5.1.2. Hypothesis Testing for Multiclass Study Case
Based on the results observed in Table 6, the hypothesis testing will be between mean accuracy and standard deviation obtained by the first experiment and the second one.
The experiment of this present work got a higher mean accuracy, so, our statement is that the experiment with the CNN model obtained by the fuzzy system inference offers a bigger mean accuracy than the offered by the experiment with the CNN model obtained by the hierarchical genetic algorithm for multiclass study case.

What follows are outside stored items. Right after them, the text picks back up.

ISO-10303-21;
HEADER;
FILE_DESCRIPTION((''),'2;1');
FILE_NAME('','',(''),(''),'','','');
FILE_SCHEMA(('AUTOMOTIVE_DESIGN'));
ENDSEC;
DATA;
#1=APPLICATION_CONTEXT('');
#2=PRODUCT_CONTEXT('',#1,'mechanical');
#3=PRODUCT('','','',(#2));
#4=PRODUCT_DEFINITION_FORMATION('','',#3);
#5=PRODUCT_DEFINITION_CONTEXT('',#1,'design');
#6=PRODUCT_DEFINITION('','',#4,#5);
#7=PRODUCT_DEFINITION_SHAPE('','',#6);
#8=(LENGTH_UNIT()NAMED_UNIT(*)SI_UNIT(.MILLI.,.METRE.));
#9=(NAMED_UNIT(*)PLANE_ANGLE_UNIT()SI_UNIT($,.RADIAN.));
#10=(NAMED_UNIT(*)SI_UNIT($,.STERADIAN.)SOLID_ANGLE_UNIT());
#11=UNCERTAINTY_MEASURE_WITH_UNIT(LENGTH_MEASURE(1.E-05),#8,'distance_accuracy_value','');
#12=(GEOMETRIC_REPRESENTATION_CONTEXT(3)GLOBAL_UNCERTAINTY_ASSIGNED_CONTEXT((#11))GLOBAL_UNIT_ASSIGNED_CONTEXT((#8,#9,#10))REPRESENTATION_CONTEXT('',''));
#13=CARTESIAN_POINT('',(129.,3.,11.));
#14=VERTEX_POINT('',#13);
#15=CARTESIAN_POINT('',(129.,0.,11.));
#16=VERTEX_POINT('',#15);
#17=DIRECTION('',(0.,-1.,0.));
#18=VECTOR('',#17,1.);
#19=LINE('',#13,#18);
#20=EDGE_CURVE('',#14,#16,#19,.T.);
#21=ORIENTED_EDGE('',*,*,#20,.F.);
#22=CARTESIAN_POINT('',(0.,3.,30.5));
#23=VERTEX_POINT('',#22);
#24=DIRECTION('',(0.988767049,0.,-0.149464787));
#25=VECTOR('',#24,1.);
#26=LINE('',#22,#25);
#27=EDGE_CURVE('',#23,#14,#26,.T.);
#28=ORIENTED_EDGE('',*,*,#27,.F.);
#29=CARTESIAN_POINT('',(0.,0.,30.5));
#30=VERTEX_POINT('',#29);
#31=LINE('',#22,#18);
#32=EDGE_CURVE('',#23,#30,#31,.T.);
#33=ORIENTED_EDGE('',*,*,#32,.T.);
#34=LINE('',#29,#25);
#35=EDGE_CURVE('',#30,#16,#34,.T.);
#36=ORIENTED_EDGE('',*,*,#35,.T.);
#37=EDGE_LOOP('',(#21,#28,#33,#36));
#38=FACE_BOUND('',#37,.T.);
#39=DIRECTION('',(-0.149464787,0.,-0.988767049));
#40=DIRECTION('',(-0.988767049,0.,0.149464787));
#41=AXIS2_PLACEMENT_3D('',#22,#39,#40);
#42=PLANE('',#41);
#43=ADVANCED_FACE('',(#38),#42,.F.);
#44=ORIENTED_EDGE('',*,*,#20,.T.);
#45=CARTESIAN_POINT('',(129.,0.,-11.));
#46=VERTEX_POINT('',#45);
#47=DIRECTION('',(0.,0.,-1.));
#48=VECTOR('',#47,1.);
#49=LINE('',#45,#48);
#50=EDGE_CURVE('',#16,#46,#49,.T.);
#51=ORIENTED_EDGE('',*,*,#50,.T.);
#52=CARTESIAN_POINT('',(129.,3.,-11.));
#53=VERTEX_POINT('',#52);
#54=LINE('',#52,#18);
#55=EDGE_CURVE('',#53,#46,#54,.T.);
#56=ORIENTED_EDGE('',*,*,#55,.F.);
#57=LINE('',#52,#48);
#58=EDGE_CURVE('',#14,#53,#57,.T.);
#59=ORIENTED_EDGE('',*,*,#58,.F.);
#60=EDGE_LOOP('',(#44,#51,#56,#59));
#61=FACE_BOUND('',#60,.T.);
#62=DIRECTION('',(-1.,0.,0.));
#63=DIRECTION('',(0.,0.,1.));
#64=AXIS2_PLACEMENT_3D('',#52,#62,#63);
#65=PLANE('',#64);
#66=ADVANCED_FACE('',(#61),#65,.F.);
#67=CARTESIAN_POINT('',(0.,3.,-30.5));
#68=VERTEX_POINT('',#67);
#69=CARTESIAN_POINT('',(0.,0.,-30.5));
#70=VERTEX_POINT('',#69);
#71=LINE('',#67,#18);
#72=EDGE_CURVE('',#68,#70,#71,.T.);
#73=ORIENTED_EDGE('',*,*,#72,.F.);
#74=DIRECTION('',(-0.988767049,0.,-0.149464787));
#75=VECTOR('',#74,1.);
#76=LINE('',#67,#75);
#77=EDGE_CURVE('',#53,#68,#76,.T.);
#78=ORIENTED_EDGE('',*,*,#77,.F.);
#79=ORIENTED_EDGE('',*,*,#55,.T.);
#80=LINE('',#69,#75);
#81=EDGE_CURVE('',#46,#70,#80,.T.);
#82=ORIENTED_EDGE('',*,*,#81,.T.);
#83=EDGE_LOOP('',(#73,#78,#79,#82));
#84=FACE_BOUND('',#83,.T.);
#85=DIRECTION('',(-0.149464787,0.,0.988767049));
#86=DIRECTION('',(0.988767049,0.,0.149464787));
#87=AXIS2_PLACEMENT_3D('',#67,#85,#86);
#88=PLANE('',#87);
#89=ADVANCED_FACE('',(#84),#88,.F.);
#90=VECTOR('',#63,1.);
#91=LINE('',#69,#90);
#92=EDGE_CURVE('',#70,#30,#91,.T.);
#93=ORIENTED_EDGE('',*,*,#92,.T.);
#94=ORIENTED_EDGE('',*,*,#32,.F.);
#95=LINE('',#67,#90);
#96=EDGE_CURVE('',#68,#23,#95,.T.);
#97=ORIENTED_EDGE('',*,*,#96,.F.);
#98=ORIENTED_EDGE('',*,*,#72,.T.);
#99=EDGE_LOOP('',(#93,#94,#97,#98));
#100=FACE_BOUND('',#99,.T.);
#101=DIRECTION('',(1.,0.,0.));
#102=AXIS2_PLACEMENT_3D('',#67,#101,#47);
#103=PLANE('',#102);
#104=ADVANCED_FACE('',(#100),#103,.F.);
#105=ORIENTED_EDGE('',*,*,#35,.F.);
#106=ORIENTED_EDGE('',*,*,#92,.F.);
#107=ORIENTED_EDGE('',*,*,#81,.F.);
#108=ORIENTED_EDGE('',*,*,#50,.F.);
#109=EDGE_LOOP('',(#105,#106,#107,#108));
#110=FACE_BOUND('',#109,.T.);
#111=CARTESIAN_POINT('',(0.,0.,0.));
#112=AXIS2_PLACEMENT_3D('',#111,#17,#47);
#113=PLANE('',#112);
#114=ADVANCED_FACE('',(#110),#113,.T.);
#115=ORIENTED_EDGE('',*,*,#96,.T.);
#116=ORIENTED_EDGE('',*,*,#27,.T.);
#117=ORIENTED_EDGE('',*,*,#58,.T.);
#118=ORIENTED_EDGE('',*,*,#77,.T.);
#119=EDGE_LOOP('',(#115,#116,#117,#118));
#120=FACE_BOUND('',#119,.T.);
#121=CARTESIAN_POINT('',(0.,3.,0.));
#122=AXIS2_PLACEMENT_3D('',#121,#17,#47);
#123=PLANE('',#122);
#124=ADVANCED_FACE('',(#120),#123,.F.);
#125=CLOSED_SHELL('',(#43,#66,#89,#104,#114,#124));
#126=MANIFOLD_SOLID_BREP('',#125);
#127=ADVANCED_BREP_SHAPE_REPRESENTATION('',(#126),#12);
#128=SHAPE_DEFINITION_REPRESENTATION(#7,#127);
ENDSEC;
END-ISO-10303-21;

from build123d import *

# Parameters (mm, degrees)
BOSS_EXTRUDE1_DEPTH = 3


with BuildPart() as part:
    # Sketch1 → Boss-Extrude1 (new body)
    with BuildSketch(Plane(origin=(0, 0, 0), x_dir=(1, 0, 0), z_dir=(0, 1, 0))):
        Polygon((0, 30.5), (0, -30.5), (129, -11), (129, 11), align=None)
    extrude(amount=BOSS_EXTRUDE1_DEPTH)


solid = part.part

Using an Alpha value of 0.05, the critical value obtained must be more than 1.96 to reject the null hypothesis. The score of the statistic test is 3.1786, meaning that the null hypothesis is rejected and there is enough evidence to support the claim.
6 Conclusions
In this study, the focus was on employing a Mamdani Type 1 fuzzy inference system to determine the filter numbers based on the previous filter values and the obtained accuracy. Before implementing the proposed method, the mean accuracy and standard deviation of the base CNN model were calculated for comparative analysis. Subsequently, the proposed method was integrated into a pre-existing CNN model.
After the generation of the new CNN model, the FIS was used iteratively to refine the CNN model, obtaining the best CNN model, mean precision, and standard deviation. There is room for improvement in the construction of the FIS such as the number of variables, rules and membership functions, so as future work the current work can be taken and implemented the respective improvements and seek a higher average precision with a reduced standard deviation.
Finally, APTOS 2019 serves as a valuable database in addressing real-world problems, yet it is not the exclusive dataset where the proposed method could find application. As future work, we plan to consider different metaheuristics for optimizing the method, as in [43-48]. Also, elevate the use of fuzzy logic to type-2, like it is done in several recent works [49-54].